> [What is required] Please take the records that follow and repeat exactly the lines starting with the line with "F1_DEPTH = 60" and going on through the line with "# F4 (on face) → F5 (cut, through all)".

> [Records drawn from a dataset]
**********
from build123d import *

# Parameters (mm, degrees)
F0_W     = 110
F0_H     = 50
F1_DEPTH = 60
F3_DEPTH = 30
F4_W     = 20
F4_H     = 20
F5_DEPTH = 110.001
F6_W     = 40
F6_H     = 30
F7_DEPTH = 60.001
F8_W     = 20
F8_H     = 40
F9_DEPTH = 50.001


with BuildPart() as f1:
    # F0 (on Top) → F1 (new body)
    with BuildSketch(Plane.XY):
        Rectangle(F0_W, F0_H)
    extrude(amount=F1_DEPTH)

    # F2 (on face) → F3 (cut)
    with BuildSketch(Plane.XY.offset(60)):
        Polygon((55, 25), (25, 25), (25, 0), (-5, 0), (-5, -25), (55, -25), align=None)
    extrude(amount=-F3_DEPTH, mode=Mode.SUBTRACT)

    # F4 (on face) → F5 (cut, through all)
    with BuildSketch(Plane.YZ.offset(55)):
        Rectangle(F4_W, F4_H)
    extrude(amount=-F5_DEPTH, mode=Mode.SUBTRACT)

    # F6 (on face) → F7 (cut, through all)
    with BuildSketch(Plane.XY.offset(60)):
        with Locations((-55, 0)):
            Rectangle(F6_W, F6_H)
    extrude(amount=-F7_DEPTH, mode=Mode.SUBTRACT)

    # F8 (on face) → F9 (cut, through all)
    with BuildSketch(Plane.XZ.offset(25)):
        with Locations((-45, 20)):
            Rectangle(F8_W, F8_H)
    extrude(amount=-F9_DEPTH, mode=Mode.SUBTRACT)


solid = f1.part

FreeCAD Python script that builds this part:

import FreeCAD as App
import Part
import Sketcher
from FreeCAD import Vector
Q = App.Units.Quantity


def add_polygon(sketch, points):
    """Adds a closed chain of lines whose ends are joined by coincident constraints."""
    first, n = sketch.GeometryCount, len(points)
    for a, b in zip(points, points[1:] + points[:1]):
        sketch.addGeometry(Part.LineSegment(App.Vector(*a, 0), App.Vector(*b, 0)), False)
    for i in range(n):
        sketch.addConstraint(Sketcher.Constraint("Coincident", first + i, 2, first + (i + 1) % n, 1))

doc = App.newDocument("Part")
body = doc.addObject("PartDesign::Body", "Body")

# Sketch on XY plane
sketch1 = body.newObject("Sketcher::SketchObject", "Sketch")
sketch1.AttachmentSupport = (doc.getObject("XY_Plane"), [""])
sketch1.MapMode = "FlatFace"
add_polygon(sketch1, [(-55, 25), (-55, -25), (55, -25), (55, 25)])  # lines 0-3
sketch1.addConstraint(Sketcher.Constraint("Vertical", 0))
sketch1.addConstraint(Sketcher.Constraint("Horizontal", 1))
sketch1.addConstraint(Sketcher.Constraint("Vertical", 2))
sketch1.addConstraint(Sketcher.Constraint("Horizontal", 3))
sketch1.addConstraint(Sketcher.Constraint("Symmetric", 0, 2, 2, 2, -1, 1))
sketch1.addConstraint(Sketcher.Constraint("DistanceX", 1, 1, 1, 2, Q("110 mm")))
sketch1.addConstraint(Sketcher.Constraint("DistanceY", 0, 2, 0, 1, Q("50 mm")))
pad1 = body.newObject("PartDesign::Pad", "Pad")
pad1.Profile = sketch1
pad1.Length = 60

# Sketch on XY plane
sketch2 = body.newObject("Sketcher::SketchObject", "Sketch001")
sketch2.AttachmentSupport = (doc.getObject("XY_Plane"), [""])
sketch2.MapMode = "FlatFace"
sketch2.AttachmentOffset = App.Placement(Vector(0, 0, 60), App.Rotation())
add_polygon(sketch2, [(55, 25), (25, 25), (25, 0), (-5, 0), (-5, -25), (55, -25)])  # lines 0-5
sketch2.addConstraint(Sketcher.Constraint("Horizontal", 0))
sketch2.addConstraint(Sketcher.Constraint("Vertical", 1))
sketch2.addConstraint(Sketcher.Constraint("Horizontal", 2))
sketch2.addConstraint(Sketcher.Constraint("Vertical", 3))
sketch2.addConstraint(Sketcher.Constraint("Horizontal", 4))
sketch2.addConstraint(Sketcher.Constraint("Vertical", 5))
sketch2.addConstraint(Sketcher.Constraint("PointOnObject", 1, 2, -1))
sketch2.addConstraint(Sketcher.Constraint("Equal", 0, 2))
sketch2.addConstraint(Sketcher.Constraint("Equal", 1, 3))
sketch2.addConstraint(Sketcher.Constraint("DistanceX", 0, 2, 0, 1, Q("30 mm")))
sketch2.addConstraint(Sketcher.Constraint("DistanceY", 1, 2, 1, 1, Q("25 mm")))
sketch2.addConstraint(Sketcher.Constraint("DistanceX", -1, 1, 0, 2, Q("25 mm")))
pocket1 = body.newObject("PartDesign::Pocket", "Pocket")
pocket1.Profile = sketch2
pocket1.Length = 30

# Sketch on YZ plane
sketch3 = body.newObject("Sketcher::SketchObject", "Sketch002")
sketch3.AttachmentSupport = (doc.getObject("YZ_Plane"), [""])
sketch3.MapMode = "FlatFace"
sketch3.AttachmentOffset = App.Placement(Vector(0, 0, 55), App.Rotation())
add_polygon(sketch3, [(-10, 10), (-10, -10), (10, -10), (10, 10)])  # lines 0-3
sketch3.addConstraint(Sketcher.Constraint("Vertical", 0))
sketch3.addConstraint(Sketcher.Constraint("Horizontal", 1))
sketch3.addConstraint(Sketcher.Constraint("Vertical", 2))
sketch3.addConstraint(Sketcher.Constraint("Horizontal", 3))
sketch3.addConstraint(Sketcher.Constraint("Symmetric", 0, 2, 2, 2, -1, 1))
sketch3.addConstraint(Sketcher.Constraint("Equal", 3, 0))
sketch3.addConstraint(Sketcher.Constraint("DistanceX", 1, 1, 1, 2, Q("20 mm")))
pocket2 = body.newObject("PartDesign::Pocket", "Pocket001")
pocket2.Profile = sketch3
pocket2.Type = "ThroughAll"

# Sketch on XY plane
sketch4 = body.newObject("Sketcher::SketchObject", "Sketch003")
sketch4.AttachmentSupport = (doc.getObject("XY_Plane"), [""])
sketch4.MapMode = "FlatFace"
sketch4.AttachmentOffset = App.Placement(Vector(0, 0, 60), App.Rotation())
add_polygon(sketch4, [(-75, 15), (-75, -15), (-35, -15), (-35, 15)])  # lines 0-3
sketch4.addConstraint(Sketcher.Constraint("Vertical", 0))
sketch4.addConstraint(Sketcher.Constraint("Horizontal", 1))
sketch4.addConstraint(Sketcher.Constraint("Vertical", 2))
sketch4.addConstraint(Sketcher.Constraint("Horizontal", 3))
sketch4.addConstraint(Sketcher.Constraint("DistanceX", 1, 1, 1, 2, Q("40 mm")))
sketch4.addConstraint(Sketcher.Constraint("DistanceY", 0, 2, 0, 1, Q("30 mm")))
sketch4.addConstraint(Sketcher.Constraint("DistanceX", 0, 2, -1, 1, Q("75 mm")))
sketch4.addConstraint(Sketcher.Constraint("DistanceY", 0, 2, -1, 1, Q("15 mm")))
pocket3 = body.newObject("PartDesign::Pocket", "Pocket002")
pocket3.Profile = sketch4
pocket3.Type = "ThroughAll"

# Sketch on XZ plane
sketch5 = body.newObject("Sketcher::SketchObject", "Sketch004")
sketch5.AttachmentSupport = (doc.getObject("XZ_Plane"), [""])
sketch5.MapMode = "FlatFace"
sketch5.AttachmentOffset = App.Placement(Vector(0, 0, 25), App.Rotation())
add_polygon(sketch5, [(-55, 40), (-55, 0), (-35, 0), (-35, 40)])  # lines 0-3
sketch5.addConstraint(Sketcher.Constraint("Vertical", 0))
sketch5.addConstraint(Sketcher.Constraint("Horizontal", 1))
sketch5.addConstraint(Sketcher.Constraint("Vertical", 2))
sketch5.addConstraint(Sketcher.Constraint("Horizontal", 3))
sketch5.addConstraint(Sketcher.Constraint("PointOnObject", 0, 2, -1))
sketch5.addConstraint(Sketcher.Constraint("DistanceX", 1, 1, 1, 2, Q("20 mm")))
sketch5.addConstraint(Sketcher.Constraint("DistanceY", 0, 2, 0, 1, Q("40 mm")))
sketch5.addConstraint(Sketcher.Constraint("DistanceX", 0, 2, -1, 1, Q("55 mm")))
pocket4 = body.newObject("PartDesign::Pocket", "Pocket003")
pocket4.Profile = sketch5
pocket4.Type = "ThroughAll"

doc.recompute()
**********
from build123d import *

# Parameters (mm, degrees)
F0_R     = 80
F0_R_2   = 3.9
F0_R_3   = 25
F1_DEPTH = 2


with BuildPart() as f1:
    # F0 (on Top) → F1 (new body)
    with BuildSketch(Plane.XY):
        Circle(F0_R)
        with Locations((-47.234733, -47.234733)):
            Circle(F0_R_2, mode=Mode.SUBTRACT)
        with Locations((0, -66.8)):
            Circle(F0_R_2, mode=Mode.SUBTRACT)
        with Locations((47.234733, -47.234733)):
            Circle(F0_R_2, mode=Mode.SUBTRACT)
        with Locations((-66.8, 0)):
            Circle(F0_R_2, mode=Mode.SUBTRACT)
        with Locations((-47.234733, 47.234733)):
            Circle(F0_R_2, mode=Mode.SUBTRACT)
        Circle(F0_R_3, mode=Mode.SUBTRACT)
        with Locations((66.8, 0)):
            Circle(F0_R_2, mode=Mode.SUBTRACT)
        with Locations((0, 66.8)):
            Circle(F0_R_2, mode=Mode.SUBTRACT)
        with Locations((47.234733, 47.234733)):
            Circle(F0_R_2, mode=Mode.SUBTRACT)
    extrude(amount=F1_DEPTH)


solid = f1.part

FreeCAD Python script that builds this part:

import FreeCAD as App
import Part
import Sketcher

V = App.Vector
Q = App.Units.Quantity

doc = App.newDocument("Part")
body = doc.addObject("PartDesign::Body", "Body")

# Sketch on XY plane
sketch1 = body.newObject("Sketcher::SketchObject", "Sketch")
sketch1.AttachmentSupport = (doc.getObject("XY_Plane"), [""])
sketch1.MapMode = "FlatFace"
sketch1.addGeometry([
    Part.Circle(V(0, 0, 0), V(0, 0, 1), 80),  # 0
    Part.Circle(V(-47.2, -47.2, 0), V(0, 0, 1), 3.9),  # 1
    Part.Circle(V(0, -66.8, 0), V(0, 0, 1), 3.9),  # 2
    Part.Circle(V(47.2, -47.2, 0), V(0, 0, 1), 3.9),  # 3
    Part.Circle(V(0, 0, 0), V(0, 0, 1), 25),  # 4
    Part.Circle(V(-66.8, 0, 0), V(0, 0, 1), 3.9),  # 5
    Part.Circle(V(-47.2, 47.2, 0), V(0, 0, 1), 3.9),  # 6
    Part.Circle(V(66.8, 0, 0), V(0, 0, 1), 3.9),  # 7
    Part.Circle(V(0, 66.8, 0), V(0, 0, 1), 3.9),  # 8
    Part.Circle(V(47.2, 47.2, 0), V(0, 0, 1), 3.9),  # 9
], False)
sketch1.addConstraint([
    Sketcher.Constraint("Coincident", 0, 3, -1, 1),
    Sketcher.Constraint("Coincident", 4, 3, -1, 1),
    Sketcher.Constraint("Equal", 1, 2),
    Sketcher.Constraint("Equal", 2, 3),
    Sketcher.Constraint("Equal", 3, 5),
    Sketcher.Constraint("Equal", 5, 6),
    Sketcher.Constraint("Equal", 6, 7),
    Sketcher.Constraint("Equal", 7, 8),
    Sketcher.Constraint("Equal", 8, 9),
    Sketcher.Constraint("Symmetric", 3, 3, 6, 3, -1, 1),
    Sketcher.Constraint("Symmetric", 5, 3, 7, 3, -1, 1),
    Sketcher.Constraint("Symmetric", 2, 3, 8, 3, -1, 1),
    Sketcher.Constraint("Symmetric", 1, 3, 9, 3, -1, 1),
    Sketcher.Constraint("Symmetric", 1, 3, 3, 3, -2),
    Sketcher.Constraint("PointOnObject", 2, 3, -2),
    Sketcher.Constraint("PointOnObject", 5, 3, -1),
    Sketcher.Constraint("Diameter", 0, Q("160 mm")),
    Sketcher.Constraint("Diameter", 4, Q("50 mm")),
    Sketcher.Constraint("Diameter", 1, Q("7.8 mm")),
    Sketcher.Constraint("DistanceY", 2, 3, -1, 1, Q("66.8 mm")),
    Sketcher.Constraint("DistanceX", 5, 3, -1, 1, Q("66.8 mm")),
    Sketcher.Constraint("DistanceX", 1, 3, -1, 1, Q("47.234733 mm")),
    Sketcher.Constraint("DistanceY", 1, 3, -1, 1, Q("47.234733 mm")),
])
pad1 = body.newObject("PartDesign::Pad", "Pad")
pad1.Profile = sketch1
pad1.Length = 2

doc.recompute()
**********
> [Your solution]
F1_DEPTH = 60
F3_DEPTH = 30
F4_W     = 20
F4_H     = 20
F5_DEPTH = 110.001
F6_W     = 40
F6_H     = 30
F7_DEPTH = 60.001
F8_W     = 20
F8_H     = 40
F9_DEPTH = 50.001


with BuildPart() as f1:
    # F0 (on Top) → F1 (new body)
    with BuildSketch(Plane.XY):
        Rectangle(F0_W, F0_H)
    extrude(amount=F1_DEPTH)

    # F2 (on face) → F3 (cut)
    with BuildSketch(Plane.XY.offset(60)):
        Polygon((55, 25), (25, 25), (25, 0), (-5, 0), (-5, -25), (55, -25), align=None)
    extrude(amount=-F3_DEPTH, mode=Mode.SUBTRACT)

    # F4 (on face) → F5 (cut, through all)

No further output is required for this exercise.